Проза в этом отношении стоит ближе к живописи, чем поэзия. Она меньше привязана к определенным мотивам. Зачастую она убедительнее достигает добросовестного воспроизведения окружающей действительности и выражает ее более свободными средствами. Быть может, этим проза лучше поэзии выявляет глубокое родство литературы и изобразительного искусства.

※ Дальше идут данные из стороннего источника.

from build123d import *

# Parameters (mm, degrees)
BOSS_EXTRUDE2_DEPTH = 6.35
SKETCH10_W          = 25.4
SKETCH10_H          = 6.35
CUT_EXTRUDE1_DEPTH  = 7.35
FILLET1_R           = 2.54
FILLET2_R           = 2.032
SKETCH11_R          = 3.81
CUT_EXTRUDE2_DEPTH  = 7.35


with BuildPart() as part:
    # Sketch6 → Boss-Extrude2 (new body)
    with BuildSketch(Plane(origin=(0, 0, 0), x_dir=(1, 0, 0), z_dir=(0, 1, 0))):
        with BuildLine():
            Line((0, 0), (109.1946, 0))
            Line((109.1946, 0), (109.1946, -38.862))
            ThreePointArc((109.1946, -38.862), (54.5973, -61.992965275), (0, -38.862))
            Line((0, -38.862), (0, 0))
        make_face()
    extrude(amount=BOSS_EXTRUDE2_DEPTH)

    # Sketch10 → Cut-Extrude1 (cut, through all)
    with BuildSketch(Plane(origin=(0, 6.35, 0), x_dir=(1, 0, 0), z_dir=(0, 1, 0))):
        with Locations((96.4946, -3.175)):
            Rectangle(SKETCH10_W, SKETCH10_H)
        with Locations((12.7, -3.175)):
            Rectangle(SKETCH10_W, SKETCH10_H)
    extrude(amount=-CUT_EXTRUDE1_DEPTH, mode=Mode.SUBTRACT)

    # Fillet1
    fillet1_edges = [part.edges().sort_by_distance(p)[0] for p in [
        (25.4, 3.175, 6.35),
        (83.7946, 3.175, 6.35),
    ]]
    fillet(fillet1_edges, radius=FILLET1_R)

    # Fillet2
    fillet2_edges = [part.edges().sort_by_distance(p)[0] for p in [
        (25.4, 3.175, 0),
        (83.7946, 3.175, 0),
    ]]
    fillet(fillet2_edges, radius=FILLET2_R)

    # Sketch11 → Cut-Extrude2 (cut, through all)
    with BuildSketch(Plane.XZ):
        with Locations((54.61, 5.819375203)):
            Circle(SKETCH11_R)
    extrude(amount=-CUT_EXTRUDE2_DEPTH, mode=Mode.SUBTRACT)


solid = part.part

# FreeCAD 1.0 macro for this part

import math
import FreeCAD as App
import Part
import Sketcher
Q = App.Units.Quantity


def edges_at(feature, points):
    """Names of the edges that pass closest to the given points."""
    edges = feature.Shape.Edges
    near = lambda p: min(range(len(edges)), key=lambda i: edges[i].distToShape(Part.Vertex(*p))[0])
    return sorted({f"Edge{near(p) + 1}" for p in points})

doc = App.newDocument("Part")
body = doc.addObject("PartDesign::Body", "Body")

sketch1 = body.newObject("Sketcher::SketchObject", "Sketch")
sketch1.AttachmentSupport = (doc.getObject("XZ_Plane"), [""])
sketch1.MapMode = "FlatFace"
sketch1.addGeometry(Part.LineSegment(App.Vector(109, 0, 0), App.Vector(0, 0, 0)), False)
sketch1.addGeometry(Part.LineSegment(App.Vector(0, 0, 0), App.Vector(0, 39, 0)), False)
sketch1.addGeometry(Part.ArcOfCircle(Part.Circle(App.Vector(55, -14, 0), App.Vector(0, 0, 1), 76), math.radians(44), math.radians(136)), False)
sketch1.addGeometry(Part.LineSegment(App.Vector(109, 39, 0), App.Vector(109, 0, 0)), False)
sketch1.addConstraint(Sketcher.Constraint("Coincident", 0, 2, 1, 1))
sketch1.addConstraint(Sketcher.Constraint("Coincident", 1, 2, 2, 2))
sketch1.addConstraint(Sketcher.Constraint("Coincident", 2, 1, 3, 1))
sketch1.addConstraint(Sketcher.Constraint("Coincident", 3, 2, 0, 1))
sketch1.addConstraint(Sketcher.Constraint("Horizontal", 0))
sketch1.addConstraint(Sketcher.Constraint("Vertical", 1))
sketch1.addConstraint(Sketcher.Constraint("Vertical", 3))
sketch1.addConstraint(Sketcher.Constraint("Coincident", 0, 2, -1, 1))
sketch1.addConstraint(Sketcher.Constraint("Horizontal", 1, 2, 2, 1))
sketch1.addConstraint(Sketcher.Constraint("DistanceY", 1, 1, 1, 2, Q("1.53 in")))
sketch1.addConstraint(Sketcher.Constraint("DistanceX", 0, 2, 0, 1, Q("4.299 in")))
sketch1.addConstraint(Sketcher.Constraint("Radius", 2, 76.0))
pad1 = body.newObject("PartDesign::Pad", "Pad")
pad1.Profile = sketch1
pad1.Length = Q("0.25 in")
pad1.Reversed = True

sketch2 = body.newObject("Sketcher::SketchObject", "Sketch001")
sketch2.AttachmentSupport = (doc.getObject("XZ_Plane"), [""])
sketch2.MapMode = "FlatFace"
sketch2.AttachmentOffset = App.Placement(App.Vector(0, 0, -0.25 * 25.4), App.Rotation())
sketch2.addGeometry(Part.LineSegment(App.Vector(84, 0, 0), App.Vector(84, 6, 0)), False)
sketch2.addGeometry(Part.LineSegment(App.Vector(84, 6, 0), App.Vector(109, 6, 0)), False)
sketch2.addGeometry(Part.LineSegment(App.Vector(109, 6, 0), App.Vector(109, 0, 0)), False)
sketch2.addGeometry(Part.LineSegment(App.Vector(109, 0, 0), App.Vector(84, 0, 0)), False)
sketch2.addGeometry(Part.LineSegment(App.Vector(0, 0, 0), App.Vector(0, 6, 0)), False)
sketch2.addGeometry(Part.LineSegment(App.Vector(0, 6, 0), App.Vector(25, 6, 0)), False)
sketch2.addGeometry(Part.LineSegment(App.Vector(25, 6, 0), App.Vector(25, 0, 0)), False)
sketch2.addGeometry(Part.LineSegment(App.Vector(25, 0, 0), App.Vector(0, 0, 0)), False)
sketch2.addConstraint(Sketcher.Constraint("Coincident", 0, 2, 1, 1))
sketch2.addConstraint(Sketcher.Constraint("Coincident", 1, 2, 2, 1))
sketch2.addConstraint(Sketcher.Constraint("Coincident", 2, 2, 3, 1))
sketch2.addConstraint(Sketcher.Constraint("Coincident", 3, 2, 0, 1))
sketch2.addConstraint(Sketcher.Constraint("Coincident", 4, 2, 5, 1))
sketch2.addConstraint(Sketcher.Constraint("Coincident", 5, 2, 6, 1))
sketch2.addConstraint(Sketcher.Constraint("Coincident", 6, 2, 7, 1))
sketch2.addConstraint(Sketcher.Constraint("Coincident", 7, 2, 4, 1))
sketch2.addConstraint(Sketcher.Constraint("Vertical", 0))
sketch2.addConstraint(Sketcher.Constraint("Horizontal", 1))
sketch2.addConstraint(Sketcher.Constraint("Vertical", 2))
sketch2.addConstraint(Sketcher.Constraint("Horizontal", 3))
sketch2.addConstraint(Sketcher.Constraint("Vertical", 4))
sketch2.addConstraint(Sketcher.Constraint("Horizontal", 5))
sketch2.addConstraint(Sketcher.Constraint("Vertical", 6))
sketch2.addConstraint(Sketcher.Constraint("Horizontal", 7))
sketch2.addConstraint(Sketcher.Constraint("Coincident", 7, 2, -1, 1))
sketch2.addConstraint(Sketcher.Constraint("PointOnObject", 2, 2, -1))
sketch2.addConstraint(Sketcher.Constraint("Horizontal", 1, 2, 4, 2))
sketch2.addConstraint(Sketcher.Constraint("Equal", 3, 5))
sketch2.addConstraint(Sketcher.Constraint("DistanceX", 1, 1, 1, 2, Q("1 in")))
sketch2.addConstraint(Sketcher.Constraint("DistanceY", 0, 1, 0, 2, Q("0.25 in")))
sketch2.addConstraint(Sketcher.Constraint("DistanceX", -1, 1, 0, 2, Q("3.299 in")))
pocket1 = body.newObject("PartDesign::Pocket", "Pocket")
pocket1.Profile = sketch2
pocket1.Type = "ThroughAll"
pocket1.Reversed = True
doc.recompute()

fillet = body.newObject("PartDesign::Fillet", "Fillet")
fillet.Base = (pocket1, edges_at(pocket1, [(25.4, 3.175, 6.35), (83.795, 3.175, 6.35)]))
fillet.Radius = Q("0.1 in")
doc.recompute()

fillet2 = body.newObject("PartDesign::Fillet", "Fillet001")
fillet2.Base = (fillet, edges_at(fillet, [(25.4, 3.175, 0), (83.795, 3.175, 0)]))
fillet2.Radius = Q("0.08 in")

sketch3 = body.newObject("Sketcher::SketchObject", "Sketch002")
sketch3.AttachmentSupport = (doc.getObject("XZ_Plane"), [""])
sketch3.MapMode = "FlatFace"
sketch3.addGeometry(Part.Circle(App.Vector(54.6, 5.8, 0), App.Vector(0, 0, 1), 3.8), False)
sketch3.addConstraint(Sketcher.Constraint("Diameter", 0, Q("0.3 in")))
sketch3.addConstraint(Sketcher.Constraint("DistanceX", -1, 1, 0, 3, Q("2.15 in")))
sketch3.addConstraint(Sketcher.Constraint("DistanceY", -1, 1, 0, 3, 5.819375))
pocket2 = body.newObject("PartDesign::Pocket", "Pocket001")
pocket2.Profile = sketch3
pocket2.Type = "ThroughAll"

doc.recompute()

Основная особенность культуры позднего Средневековья – ее чрезмерно визуальный характер. С этим тесно связано атрофирование мышления. Мыслят исключительно в зрительных представлениях. Всё, что хотят выразить, вкладывают в зрительный образ. Полностью лишенные мысли аллегорические театральные сцены, так же как и поэзия, могли казаться терпимыми именно потому, что удовлетворение приносило только то, что было зримо. Склонность к непосредственной передаче внешнего, зримого находила более сильное и более совершенное выражение средствами живописи, нежели средствами литературы. И к тому же – более сильное выражение средствами прозы, нежели средствами поэзии. Поэтому проза XV столетия во многих отношениях занимает место среднего члена пропорции, где крайние члены – живопись и поэзия. Все три одинаковы в необузданной разработке деталей, но в прозе и живописи это приводит непосредственно к реализму, которого не знает поэзия – не обладая при этом ничем лучшим взамен.

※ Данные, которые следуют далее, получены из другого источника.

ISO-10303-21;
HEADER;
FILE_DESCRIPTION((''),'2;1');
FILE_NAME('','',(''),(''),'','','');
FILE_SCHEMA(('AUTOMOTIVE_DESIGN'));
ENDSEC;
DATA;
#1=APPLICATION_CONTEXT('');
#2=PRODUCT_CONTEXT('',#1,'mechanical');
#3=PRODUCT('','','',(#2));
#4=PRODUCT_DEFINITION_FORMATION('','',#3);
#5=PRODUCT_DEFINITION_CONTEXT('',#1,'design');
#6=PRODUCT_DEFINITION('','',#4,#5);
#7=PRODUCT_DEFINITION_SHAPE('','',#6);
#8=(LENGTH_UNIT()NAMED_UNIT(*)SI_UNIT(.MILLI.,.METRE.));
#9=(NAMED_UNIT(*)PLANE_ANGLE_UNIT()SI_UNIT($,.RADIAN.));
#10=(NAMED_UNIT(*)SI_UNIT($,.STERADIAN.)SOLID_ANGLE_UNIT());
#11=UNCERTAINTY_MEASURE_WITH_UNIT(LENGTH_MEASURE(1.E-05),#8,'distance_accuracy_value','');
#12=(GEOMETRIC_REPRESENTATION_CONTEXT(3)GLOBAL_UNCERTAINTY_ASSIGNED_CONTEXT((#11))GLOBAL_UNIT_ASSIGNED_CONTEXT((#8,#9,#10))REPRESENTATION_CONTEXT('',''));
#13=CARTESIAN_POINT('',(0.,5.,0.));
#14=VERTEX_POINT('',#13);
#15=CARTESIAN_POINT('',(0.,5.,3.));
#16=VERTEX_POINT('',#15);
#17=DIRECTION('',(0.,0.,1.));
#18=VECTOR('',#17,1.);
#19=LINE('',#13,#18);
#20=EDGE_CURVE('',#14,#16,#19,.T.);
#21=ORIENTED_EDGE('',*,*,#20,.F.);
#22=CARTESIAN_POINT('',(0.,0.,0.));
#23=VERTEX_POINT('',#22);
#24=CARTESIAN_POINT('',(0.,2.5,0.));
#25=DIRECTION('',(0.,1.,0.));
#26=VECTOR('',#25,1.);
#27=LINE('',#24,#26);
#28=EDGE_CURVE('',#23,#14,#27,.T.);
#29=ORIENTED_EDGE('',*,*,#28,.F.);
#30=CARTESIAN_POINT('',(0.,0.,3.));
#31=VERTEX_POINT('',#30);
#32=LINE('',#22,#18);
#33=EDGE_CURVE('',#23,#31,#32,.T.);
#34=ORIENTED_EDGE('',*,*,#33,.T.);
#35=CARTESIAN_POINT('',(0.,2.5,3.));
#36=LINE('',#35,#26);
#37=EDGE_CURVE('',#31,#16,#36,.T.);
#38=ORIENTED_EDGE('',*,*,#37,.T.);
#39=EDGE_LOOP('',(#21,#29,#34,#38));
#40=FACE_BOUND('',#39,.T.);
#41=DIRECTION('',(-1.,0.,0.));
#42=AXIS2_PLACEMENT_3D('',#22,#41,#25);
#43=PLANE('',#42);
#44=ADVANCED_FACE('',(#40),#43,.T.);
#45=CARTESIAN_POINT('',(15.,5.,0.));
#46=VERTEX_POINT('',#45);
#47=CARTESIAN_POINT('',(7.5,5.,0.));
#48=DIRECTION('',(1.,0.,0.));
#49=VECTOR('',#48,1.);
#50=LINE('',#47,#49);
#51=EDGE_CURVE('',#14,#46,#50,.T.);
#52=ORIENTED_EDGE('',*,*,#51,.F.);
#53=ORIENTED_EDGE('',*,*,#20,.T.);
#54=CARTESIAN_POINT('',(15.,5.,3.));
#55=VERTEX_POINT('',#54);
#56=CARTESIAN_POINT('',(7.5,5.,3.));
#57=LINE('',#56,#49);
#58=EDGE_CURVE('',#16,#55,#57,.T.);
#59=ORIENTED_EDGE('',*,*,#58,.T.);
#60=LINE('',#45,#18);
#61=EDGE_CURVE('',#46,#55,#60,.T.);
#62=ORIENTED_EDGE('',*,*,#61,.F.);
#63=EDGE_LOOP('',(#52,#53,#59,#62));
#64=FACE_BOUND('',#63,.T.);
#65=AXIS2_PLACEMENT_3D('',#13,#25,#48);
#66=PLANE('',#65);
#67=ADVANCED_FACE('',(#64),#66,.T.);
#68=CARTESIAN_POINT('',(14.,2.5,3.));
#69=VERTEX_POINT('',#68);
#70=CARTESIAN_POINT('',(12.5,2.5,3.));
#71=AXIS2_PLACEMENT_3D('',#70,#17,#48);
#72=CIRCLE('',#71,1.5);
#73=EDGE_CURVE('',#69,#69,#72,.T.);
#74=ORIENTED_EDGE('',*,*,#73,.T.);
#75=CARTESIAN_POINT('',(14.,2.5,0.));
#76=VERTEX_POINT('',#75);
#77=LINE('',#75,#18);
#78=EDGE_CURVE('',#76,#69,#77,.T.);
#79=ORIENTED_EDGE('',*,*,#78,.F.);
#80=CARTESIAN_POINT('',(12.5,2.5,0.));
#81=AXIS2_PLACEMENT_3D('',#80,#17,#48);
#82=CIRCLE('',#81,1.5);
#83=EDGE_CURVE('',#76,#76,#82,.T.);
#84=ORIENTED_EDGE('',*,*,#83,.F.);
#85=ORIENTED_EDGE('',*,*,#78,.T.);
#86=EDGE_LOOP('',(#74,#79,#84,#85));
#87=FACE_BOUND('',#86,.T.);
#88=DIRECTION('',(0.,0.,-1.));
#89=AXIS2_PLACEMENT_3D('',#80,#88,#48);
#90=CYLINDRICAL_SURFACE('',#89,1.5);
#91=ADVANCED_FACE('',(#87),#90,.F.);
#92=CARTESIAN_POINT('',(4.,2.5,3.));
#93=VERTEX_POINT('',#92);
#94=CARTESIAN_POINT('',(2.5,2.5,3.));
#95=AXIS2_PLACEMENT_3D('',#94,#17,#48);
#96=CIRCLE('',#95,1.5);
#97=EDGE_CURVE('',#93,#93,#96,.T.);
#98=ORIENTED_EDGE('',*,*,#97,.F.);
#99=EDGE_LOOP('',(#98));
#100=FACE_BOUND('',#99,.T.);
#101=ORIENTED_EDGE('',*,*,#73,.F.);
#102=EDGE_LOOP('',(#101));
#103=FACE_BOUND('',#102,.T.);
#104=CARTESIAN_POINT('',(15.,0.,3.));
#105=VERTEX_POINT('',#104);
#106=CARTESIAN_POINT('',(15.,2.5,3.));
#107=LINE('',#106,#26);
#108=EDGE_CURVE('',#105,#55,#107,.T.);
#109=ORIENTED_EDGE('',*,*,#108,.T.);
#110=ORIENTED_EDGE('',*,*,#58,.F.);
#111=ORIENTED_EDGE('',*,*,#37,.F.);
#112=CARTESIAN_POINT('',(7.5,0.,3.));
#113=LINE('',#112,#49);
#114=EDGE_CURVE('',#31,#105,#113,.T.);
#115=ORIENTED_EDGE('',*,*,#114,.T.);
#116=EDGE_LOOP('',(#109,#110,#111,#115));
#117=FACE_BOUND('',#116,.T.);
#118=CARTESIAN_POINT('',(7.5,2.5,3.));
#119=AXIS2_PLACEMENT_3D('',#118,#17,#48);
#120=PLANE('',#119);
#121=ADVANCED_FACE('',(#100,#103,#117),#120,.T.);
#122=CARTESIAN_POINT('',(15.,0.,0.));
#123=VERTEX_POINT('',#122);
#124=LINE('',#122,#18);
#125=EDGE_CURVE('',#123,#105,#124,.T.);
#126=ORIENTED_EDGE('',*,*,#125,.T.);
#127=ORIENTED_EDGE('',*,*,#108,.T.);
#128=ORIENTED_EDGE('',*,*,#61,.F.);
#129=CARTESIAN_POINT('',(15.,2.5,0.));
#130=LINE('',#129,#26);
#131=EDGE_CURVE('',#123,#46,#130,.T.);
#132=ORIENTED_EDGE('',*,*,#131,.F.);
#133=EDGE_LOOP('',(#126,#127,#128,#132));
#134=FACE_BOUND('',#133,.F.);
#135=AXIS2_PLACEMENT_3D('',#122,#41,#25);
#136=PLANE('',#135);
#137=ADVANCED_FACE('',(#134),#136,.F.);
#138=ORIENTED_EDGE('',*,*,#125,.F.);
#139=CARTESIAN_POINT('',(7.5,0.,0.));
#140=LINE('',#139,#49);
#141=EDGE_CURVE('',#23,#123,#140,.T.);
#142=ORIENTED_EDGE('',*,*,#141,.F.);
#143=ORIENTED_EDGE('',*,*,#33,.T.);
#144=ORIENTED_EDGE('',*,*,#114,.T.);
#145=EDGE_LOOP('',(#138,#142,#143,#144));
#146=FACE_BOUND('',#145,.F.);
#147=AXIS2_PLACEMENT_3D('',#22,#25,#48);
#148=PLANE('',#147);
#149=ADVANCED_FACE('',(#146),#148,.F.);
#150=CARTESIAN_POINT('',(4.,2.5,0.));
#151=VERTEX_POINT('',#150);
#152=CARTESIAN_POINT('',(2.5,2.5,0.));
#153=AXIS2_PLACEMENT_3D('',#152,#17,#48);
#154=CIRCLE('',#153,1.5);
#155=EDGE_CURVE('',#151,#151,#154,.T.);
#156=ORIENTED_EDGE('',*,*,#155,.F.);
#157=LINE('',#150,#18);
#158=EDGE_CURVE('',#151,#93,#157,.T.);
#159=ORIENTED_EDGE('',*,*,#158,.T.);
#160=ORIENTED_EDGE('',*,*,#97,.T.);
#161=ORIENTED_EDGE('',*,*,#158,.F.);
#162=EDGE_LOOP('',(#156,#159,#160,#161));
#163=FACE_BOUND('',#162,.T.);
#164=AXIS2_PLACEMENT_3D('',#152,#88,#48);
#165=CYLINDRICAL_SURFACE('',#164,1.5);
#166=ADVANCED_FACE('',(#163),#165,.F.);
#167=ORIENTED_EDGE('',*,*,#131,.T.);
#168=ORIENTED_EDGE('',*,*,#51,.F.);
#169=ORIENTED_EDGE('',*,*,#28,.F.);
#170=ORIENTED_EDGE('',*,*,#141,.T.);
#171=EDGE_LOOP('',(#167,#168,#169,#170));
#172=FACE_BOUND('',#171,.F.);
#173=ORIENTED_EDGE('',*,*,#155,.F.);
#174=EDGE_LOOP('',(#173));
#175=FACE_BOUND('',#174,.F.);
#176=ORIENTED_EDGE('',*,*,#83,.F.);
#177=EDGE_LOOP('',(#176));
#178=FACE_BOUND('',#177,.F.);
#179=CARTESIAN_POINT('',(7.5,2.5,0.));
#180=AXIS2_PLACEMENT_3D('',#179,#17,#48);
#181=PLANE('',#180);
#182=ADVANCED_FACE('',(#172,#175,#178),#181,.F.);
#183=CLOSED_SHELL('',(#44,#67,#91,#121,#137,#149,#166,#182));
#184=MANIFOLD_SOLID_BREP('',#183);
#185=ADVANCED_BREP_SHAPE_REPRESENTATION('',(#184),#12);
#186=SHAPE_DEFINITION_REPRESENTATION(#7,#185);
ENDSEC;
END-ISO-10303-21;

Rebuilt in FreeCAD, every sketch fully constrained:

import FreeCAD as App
import Part
import Sketcher
from FreeCAD import Vector


def add_polygon(sketch, points):
    """Adds a closed chain of lines whose ends are joined by coincident constraints."""
    first, n = sketch.GeometryCount, len(points)
    for a, b in zip(points, points[1:] + points[:1]):
        sketch.addGeometry(Part.LineSegment(App.Vector(*a, 0), App.Vector(*b, 0)), False)
    for i in range(n):
        sketch.addConstraint(Sketcher.Constraint("Coincident", first + i, 2, first + (i + 1) % n, 1))

doc = App.newDocument("Part")
body = doc.addObject("PartDesign::Body", "Body")

# Sketch on XY plane
sketch1 = body.newObject("Sketcher::SketchObject", "Sketch")
sketch1.AttachmentSupport = (doc.getObject("XY_Plane"), [""])
sketch1.MapMode = "FlatFace"
add_polygon(sketch1, [(0, 5), (0, 0), (15, 0), (15, 5)])  # lines 0-3
sketch1.addGeometry(Part.Circle(Vector(2.5, 2.5, 0), Vector(0, 0, 1), 1.5), False)  # 4
sketch1.addGeometry(Part.Circle(Vector(12.5, 2.5, 0), Vector(0, 0, 1), 1.5), False)  # 5
sketch1.addConstraint(Sketcher.Constraint("Vertical", 0))
sketch1.addConstraint(Sketcher.Constraint("Horizontal", 1))
sketch1.addConstraint(Sketcher.Constraint("Vertical", 2))
sketch1.addConstraint(Sketcher.Constraint("Horizontal", 3))
sketch1.addConstraint(Sketcher.Constraint("Coincident", 0, 2, -1, 1))
sketch1.addConstraint(Sketcher.Constraint("Equal", 4, 5))
sketch1.addConstraint(Sketcher.Constraint("Horizontal", 4, 3, 5, 3))
sketch1.addConstraint(Sketcher.Constraint("Diameter", 4, 3.0))
sketch1.addConstraint(Sketcher.Constraint("DistanceX", 1, 1, 1, 2, 15.0))
sketch1.addConstraint(Sketcher.Constraint("DistanceY", 0, 2, 0, 1, 5.0))
sketch1.addConstraint(Sketcher.Constraint("DistanceX", 4, 3, 5, 3, 10.0))
sketch1.addConstraint(Sketcher.Constraint("DistanceX", -1, 1, 4, 3, 2.5))
sketch1.addConstraint(Sketcher.Constraint("DistanceY", -1, 1, 4, 3, 2.5))
pad1 = body.newObject("PartDesign::Pad", "Pad")
pad1.Profile = sketch1
pad1.Length = 3

doc.recompute()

Есть автор, чьи произведения трогают нас тем же кристаллически ясным видением внешнего облика вещей, каким обладал ван Эйк; это Жорж Шателлен. Он был фламандцем, родом из Аалста. Хотя он и называл себя «léal François» [«истинным французом»], «François de naissance» [«французом по рождению»], похоже на то, что родным языком его был фламандский. Ля Марш называет его «natif Flameng, toutesfois mettant par escript en langaige franchois» [«прирожденным фламандцем, разве только пишущим по-французски»]. Сам он с простоватым самодовольством выставляет напоказ свои фламандские черты и крестьянскую неотесанность; он говорит о «sa brute langue» [«грубом своем языке»], называет себя «homme flandrin, homme de palus bestiaux, ygnorant, bloisant de langue, gras de bouche et de palat et tout enfangié d’autres povretés corporelles à la nature de la terre»1244 [«фламандцем, человеком с болот, где пасут овец, невеждою с заплетающимся языком, обжорою, деревенщиной, запятнанным телесными недостатками тех мест, откуда он родом»]. Этому народному духу обязан Шателлен своей тяжеловесной, ступающей как на котурнах, всячески разукрашенной прозой, этой торжественной «grandiloquence» [«велеречивостью»], делающей его всегда более или менее неприятным для французского уха. Его пышный стиль отличается какой-то слоноподобной помпезностью; один из современников по праву называет его «cette grosse cloche si haut sonnant»1245 [«этаким громадным колоколом столь громкого звона»]. Но своей фламандской природе он обязан, пожалуй, также четким видением контуров и красочной сочностью, чем он нередко напоминает бельгийских писателей наших дней.